RECORDS FOR THIS TASK: Begin

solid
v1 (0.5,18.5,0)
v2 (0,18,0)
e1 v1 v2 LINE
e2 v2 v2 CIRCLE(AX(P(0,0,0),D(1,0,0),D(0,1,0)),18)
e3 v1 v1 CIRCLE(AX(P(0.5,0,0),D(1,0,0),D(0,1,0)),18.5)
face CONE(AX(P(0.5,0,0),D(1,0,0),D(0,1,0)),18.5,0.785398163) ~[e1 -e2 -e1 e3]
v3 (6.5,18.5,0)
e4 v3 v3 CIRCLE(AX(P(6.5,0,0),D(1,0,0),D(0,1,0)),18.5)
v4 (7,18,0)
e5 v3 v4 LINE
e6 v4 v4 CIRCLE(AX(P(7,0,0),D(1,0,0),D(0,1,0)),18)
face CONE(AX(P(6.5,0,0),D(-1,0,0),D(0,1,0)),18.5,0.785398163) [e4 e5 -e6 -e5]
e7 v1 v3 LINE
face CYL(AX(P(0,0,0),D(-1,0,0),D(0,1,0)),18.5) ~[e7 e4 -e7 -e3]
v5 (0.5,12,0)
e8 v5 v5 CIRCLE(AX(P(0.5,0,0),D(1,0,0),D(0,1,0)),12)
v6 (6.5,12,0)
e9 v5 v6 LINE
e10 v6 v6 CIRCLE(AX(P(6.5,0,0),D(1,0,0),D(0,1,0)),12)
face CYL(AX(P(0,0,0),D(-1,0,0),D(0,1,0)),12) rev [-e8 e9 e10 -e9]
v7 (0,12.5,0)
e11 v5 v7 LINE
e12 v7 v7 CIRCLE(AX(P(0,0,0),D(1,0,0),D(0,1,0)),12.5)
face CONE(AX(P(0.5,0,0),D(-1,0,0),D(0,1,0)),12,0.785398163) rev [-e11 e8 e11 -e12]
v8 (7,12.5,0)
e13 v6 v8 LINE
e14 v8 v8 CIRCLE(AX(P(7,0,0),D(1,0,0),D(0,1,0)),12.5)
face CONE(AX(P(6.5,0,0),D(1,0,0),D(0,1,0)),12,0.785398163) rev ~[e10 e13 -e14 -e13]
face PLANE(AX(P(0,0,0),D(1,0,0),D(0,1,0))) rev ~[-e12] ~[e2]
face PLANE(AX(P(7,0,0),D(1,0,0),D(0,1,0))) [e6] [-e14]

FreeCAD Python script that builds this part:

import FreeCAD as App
import Part
import Sketcher


def edges_at(feature, points):
    """Names of the edges that pass closest to the given points."""
    edges = feature.Shape.Edges
    near = lambda p: min(range(len(edges)), key=lambda i: edges[i].distToShape(Part.Vertex(*p))[0])
    return sorted({f"Edge{near(p) + 1}" for p in points})

doc = App.newDocument("Part")
body = doc.addObject("PartDesign::Body", "Body")

# Sketch on YZ plane
sketch1 = body.newObject("Sketcher::SketchObject", "Sketch")
sketch1.AttachmentSupport = (doc.getObject("YZ_Plane"), [""])
sketch1.MapMode = "FlatFace"
sketch1.addGeometry([
    Part.Circle(App.Vector(0, 0, 0), App.Vector(0, 0, 1), 18),
    Part.Circle(App.Vector(0, 0, 0), App.Vector(0, 0, 1), 12),
], False)
sketch1.addConstraint([
    Sketcher.Constraint("Coincident", 0, 3, -1, 1),
    Sketcher.Constraint("Coincident", 1, 3, -1, 1),
    Sketcher.Constraint("Diameter", 0, 37.0),
    Sketcher.Constraint("Diameter", 1, 24.0),
])
pad1 = body.newObject("PartDesign::Pad", "Pad")
pad1.Profile = sketch1
pad1.Length = 7
doc.recompute()

chamfer = body.newObject("PartDesign::Chamfer", "Chamfer")
chamfer.Base = (pad1, edges_at(pad1, [
    (0, -18.5, 0),
    (7, -18.5, 0),
    (0, -12, 0),
    (7, -12, 0),
]))
chamfer.Size = 0.5

doc.recompute()
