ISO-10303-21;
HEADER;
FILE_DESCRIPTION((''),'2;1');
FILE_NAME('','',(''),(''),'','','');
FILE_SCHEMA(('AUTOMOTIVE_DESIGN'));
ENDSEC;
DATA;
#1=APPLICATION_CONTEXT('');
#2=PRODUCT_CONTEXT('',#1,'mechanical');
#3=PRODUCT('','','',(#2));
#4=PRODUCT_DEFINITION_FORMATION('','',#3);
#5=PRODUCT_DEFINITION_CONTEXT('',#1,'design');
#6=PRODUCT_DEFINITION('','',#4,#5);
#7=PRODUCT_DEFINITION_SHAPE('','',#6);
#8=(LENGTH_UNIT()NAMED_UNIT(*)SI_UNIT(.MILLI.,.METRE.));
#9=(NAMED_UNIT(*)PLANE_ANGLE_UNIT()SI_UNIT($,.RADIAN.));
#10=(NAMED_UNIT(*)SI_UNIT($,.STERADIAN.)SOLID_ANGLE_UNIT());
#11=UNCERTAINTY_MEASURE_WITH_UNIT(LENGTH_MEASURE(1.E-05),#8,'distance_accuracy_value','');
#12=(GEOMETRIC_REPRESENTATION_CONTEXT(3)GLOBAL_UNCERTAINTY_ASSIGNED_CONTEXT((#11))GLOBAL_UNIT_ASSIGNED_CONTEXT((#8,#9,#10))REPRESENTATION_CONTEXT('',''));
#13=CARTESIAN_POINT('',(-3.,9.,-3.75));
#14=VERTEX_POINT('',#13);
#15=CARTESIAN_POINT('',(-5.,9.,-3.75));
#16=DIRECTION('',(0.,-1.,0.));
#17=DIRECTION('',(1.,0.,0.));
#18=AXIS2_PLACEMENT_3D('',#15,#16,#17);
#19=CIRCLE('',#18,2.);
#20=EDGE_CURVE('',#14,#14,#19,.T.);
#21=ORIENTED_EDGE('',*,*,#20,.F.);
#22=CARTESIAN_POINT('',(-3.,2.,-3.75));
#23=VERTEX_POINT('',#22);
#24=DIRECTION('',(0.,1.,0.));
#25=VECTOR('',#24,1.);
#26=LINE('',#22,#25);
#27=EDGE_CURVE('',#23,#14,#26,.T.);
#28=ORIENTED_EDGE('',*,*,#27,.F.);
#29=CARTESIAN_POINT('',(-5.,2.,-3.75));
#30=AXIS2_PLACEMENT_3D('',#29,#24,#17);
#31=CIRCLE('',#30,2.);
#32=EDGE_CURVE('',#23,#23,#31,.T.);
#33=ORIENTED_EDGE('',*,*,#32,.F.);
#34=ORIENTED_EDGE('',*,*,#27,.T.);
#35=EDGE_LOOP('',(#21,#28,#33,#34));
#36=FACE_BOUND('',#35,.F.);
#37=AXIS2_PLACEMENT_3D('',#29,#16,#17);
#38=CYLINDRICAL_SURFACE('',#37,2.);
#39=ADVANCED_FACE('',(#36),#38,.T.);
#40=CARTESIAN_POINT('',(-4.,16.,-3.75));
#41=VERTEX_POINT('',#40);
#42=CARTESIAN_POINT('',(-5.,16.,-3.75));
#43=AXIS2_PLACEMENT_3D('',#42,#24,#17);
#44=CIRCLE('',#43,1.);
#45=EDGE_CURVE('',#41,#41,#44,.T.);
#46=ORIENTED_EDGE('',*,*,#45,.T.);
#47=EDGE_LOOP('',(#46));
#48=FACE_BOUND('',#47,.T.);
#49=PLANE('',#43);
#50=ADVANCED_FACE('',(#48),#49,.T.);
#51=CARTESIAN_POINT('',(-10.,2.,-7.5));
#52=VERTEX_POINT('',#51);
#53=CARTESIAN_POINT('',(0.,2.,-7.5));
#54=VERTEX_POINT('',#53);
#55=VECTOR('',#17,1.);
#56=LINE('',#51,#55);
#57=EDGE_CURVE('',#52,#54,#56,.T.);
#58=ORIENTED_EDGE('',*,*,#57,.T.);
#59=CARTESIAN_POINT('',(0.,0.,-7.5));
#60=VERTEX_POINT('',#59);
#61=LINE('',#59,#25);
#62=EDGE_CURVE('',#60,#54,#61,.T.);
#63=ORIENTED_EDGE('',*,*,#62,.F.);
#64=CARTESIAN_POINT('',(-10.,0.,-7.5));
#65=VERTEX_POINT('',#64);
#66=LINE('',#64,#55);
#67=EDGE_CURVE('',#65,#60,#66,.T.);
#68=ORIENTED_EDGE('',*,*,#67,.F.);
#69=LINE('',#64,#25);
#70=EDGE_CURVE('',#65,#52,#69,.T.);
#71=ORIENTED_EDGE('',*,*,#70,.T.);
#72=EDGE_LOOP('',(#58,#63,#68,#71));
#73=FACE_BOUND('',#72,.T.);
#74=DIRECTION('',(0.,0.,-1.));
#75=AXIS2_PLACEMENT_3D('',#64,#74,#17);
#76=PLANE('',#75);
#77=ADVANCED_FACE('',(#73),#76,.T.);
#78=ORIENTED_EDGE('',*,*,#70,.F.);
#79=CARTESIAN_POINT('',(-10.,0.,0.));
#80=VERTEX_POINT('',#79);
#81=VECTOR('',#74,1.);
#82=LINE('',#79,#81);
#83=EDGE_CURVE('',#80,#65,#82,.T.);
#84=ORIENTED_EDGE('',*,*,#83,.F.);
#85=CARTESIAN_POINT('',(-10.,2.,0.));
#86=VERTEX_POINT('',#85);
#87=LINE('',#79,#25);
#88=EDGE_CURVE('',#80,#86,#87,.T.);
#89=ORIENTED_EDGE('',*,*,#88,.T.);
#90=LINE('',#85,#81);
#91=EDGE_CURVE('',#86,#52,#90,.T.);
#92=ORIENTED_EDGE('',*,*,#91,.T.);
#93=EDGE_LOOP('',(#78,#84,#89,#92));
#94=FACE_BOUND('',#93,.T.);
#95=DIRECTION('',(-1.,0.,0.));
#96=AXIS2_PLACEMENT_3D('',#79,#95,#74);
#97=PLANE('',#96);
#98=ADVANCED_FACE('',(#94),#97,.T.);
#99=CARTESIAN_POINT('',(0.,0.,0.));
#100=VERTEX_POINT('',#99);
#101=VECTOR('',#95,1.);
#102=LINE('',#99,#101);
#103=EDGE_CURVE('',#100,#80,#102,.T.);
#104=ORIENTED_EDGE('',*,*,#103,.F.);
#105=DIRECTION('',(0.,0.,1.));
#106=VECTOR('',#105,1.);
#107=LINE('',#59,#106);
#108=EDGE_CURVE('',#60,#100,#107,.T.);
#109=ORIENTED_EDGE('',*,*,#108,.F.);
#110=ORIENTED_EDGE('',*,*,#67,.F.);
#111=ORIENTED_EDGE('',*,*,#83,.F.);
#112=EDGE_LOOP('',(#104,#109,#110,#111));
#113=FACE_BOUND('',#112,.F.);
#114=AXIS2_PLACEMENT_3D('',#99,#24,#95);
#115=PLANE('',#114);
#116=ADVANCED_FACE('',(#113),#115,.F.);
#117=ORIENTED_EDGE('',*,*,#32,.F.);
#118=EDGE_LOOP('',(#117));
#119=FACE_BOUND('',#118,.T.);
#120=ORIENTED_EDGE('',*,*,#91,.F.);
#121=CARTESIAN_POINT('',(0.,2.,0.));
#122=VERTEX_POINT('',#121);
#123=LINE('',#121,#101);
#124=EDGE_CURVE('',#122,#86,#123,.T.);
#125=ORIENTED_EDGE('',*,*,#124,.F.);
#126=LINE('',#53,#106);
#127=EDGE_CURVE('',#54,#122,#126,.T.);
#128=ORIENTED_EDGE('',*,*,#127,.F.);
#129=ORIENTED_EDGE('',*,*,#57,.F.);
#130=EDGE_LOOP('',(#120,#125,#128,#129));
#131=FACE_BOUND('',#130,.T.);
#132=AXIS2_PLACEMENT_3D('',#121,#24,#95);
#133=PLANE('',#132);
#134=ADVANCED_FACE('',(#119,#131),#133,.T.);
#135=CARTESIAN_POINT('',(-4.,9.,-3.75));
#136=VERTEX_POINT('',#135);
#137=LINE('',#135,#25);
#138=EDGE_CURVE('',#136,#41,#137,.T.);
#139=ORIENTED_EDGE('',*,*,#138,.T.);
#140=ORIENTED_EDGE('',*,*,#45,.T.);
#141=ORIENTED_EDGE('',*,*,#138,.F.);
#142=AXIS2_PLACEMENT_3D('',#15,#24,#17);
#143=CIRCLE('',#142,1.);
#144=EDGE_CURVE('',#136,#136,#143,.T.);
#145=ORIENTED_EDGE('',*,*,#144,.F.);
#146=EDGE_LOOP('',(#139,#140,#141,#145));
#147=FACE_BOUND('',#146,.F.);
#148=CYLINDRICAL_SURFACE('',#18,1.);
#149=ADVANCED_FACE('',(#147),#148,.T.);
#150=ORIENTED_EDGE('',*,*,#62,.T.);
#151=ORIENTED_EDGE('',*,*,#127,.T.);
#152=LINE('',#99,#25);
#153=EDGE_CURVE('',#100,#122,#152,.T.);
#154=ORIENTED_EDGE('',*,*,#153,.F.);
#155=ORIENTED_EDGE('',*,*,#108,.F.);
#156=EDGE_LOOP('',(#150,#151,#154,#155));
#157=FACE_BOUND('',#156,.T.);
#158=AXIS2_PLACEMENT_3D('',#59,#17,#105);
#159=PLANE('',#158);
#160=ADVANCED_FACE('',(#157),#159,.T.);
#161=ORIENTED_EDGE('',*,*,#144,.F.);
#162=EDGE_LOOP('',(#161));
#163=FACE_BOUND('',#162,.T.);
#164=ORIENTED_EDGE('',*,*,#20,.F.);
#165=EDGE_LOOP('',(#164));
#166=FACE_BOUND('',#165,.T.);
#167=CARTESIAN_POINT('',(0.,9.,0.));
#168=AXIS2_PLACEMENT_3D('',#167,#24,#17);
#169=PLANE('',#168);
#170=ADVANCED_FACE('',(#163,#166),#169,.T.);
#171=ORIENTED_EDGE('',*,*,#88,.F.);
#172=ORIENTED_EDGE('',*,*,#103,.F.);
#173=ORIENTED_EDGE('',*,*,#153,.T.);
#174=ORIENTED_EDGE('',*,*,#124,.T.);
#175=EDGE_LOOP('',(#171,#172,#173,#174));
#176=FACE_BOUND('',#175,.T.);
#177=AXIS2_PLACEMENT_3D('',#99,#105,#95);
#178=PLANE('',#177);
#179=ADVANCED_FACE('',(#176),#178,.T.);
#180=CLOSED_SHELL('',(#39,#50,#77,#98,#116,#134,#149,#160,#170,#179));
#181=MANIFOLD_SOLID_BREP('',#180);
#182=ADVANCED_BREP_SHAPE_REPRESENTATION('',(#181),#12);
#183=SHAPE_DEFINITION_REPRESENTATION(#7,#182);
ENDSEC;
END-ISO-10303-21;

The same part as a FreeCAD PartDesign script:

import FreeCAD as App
import Part
import Sketcher

V = App.Vector
Q = App.Units.Quantity

doc = App.newDocument("Part")
params = doc.addObject("Spreadsheet::Sheet", "Params")
for row, (alias, value) in enumerate([
    ("sketch1_width", "10 mm"),
    ("sketch1_height", "7.5 mm"),
    ("pad1_length", "2 mm"),
    ("sketch2_diameter", "4 mm"),
    ("pad2_length", "7 mm"),
    ("sketch3_diameter", "2 mm"),
    ("pad3_length", "7 mm"),
], start=1):
    params.set(f"A{row}", alias)
    params.set(f"B{row}", "=" + value)
    params.setAlias(f"B{row}", alias)

body = doc.addObject("PartDesign::Body", "Body")

sketch1 = doc.addObject("Sketcher::SketchObject", "Sketch")
body.addObject(sketch1)
sketch1.AttachmentSupport = (doc.XZ_Plane, [""])
sketch1.MapMode = "FlatFace"
sketch1.addGeometry([
    Part.LineSegment(V(-10, 0, 0), V(0, 0, 0)),
    Part.LineSegment(V(0, 0, 0), V(0, -7.5, 0)),
    Part.LineSegment(V(0, -7.5, 0), V(-10, -7.5, 0)),
    Part.LineSegment(V(-10, -7.5, 0), V(-10, 0, 0)),
], False)
sketch1.addConstraint([
    Sketcher.Constraint("Coincident", 0, 2, 1, 1),
    Sketcher.Constraint("Coincident", 1, 2, 2, 1),
    Sketcher.Constraint("Coincident", 2, 2, 3, 1),
    Sketcher.Constraint("Coincident", 3, 2, 0, 1),
    Sketcher.Constraint("Horizontal", 0),
    Sketcher.Constraint("Vertical", 1),
    Sketcher.Constraint("Horizontal", 2),
    Sketcher.Constraint("Vertical", 3),
    Sketcher.Constraint("Coincident", 0, 2, -1, 1),
    Sketcher.Constraint("DistanceX", 0, 1, 0, 2, Q("10 mm")),
    Sketcher.Constraint("DistanceY", 1, 2, 1, 1, Q("7.5 mm")),
])
sketch1.setExpression("Constraints[9]", "Params.sketch1_width")
sketch1.setExpression("Constraints[10]", "Params.sketch1_height")
pad1 = doc.addObject("PartDesign::Pad", "Pad")
body.addObject(pad1)
pad1.Profile = sketch1
pad1.setExpression("Length", "Params.pad1_length")
pad1.Reversed = True

sketch2 = doc.addObject("Sketcher::SketchObject", "Sketch001")
body.addObject(sketch2)
sketch2.AttachmentSupport = (doc.XZ_Plane, [""])
sketch2.MapMode = "FlatFace"
sketch2.AttachmentOffset = App.Placement(V(0, 0, -2), App.Rotation())
sketch2.addGeometry(Part.Circle(V(-5, -3.75, 0), V(0, 0, 1), 2), False)
sketch2.addConstraint([
    Sketcher.Constraint("Diameter", 0, Q("4 mm")),
    Sketcher.Constraint("DistanceX", 0, 3, -1, 1, Q("5 mm")),
    Sketcher.Constraint("DistanceY", 0, 3, -1, 1, Q("3.75 mm")),
])
sketch2.setExpression("Constraints[0]", "Params.sketch2_diameter")
pad2 = doc.addObject("PartDesign::Pad", "Pad001")
body.addObject(pad2)
pad2.Profile = sketch2
pad2.setExpression("Length", "Params.pad2_length")
pad2.Reversed = True

sketch3 = doc.addObject("Sketcher::SketchObject", "Sketch002")
body.addObject(sketch3)
sketch3.AttachmentSupport = (doc.XZ_Plane, [""])
sketch3.MapMode = "FlatFace"
sketch3.AttachmentOffset = App.Placement(V(0, 0, -9), App.Rotation())
sketch3.addGeometry(Part.Circle(V(-5, -3.75, 0), V(0, 0, 1), 1), False)
sketch3.addConstraint([
    Sketcher.Constraint("Diameter", 0, Q("2 mm")),
    Sketcher.Constraint("DistanceX", 0, 3, -1, 1, Q("5 mm")),
    Sketcher.Constraint("DistanceY", 0, 3, -1, 1, Q("3.75 mm")),
])
sketch3.setExpression("Constraints[0]", "Params.sketch3_diameter")
pad3 = doc.addObject("PartDesign::Pad", "Pad002")
body.addObject(pad3)
pad3.Profile = sketch3
pad3.setExpression("Length", "Params.pad3_length")
pad3.Reversed = True

doc.recompute()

RECORDS FOR THIS TASK: End

◆ EXERCISE BRIEF
In the data above, start at the line that has "#127=EDGE_CURVE('',#54,#122,#126,.T.);", stop after the line that has "#142=AXIS2_PLACEMENT_3D('',#15,#24,#17);", and print every line in between exactly as it stands.

◆ SOLUTION FOR THIS PROBLEM
#127=EDGE_CURVE('',#54,#122,#126,.T.);
#128=ORIENTED_EDGE('',*,*,#127,.F.);
#129=ORIENTED_EDGE('',*,*,#57,.F.);
#130=EDGE_LOOP('',(#120,#125,#128,#129));
#131=FACE_BOUND('',#130,.T.);
#132=AXIS2_PLACEMENT_3D('',#121,#24,#95);
#133=PLANE('',#132);
#134=ADVANCED_FACE('',(#119,#131),#133,.T.);
#135=CARTESIAN_POINT('',(-4.,9.,-3.75));
#136=VERTEX_POINT('',#135);
#137=LINE('',#135,#25);
#138=EDGE_CURVE('',#136,#41,#137,.T.);
#139=ORIENTED_EDGE('',*,*,#138,.T.);
#140=ORIENTED_EDGE('',*,*,#45,.T.);
#141=ORIENTED_EDGE('',*,*,#138,.F.);
#142=AXIS2_PLACEMENT_3D('',#15,#24,#17);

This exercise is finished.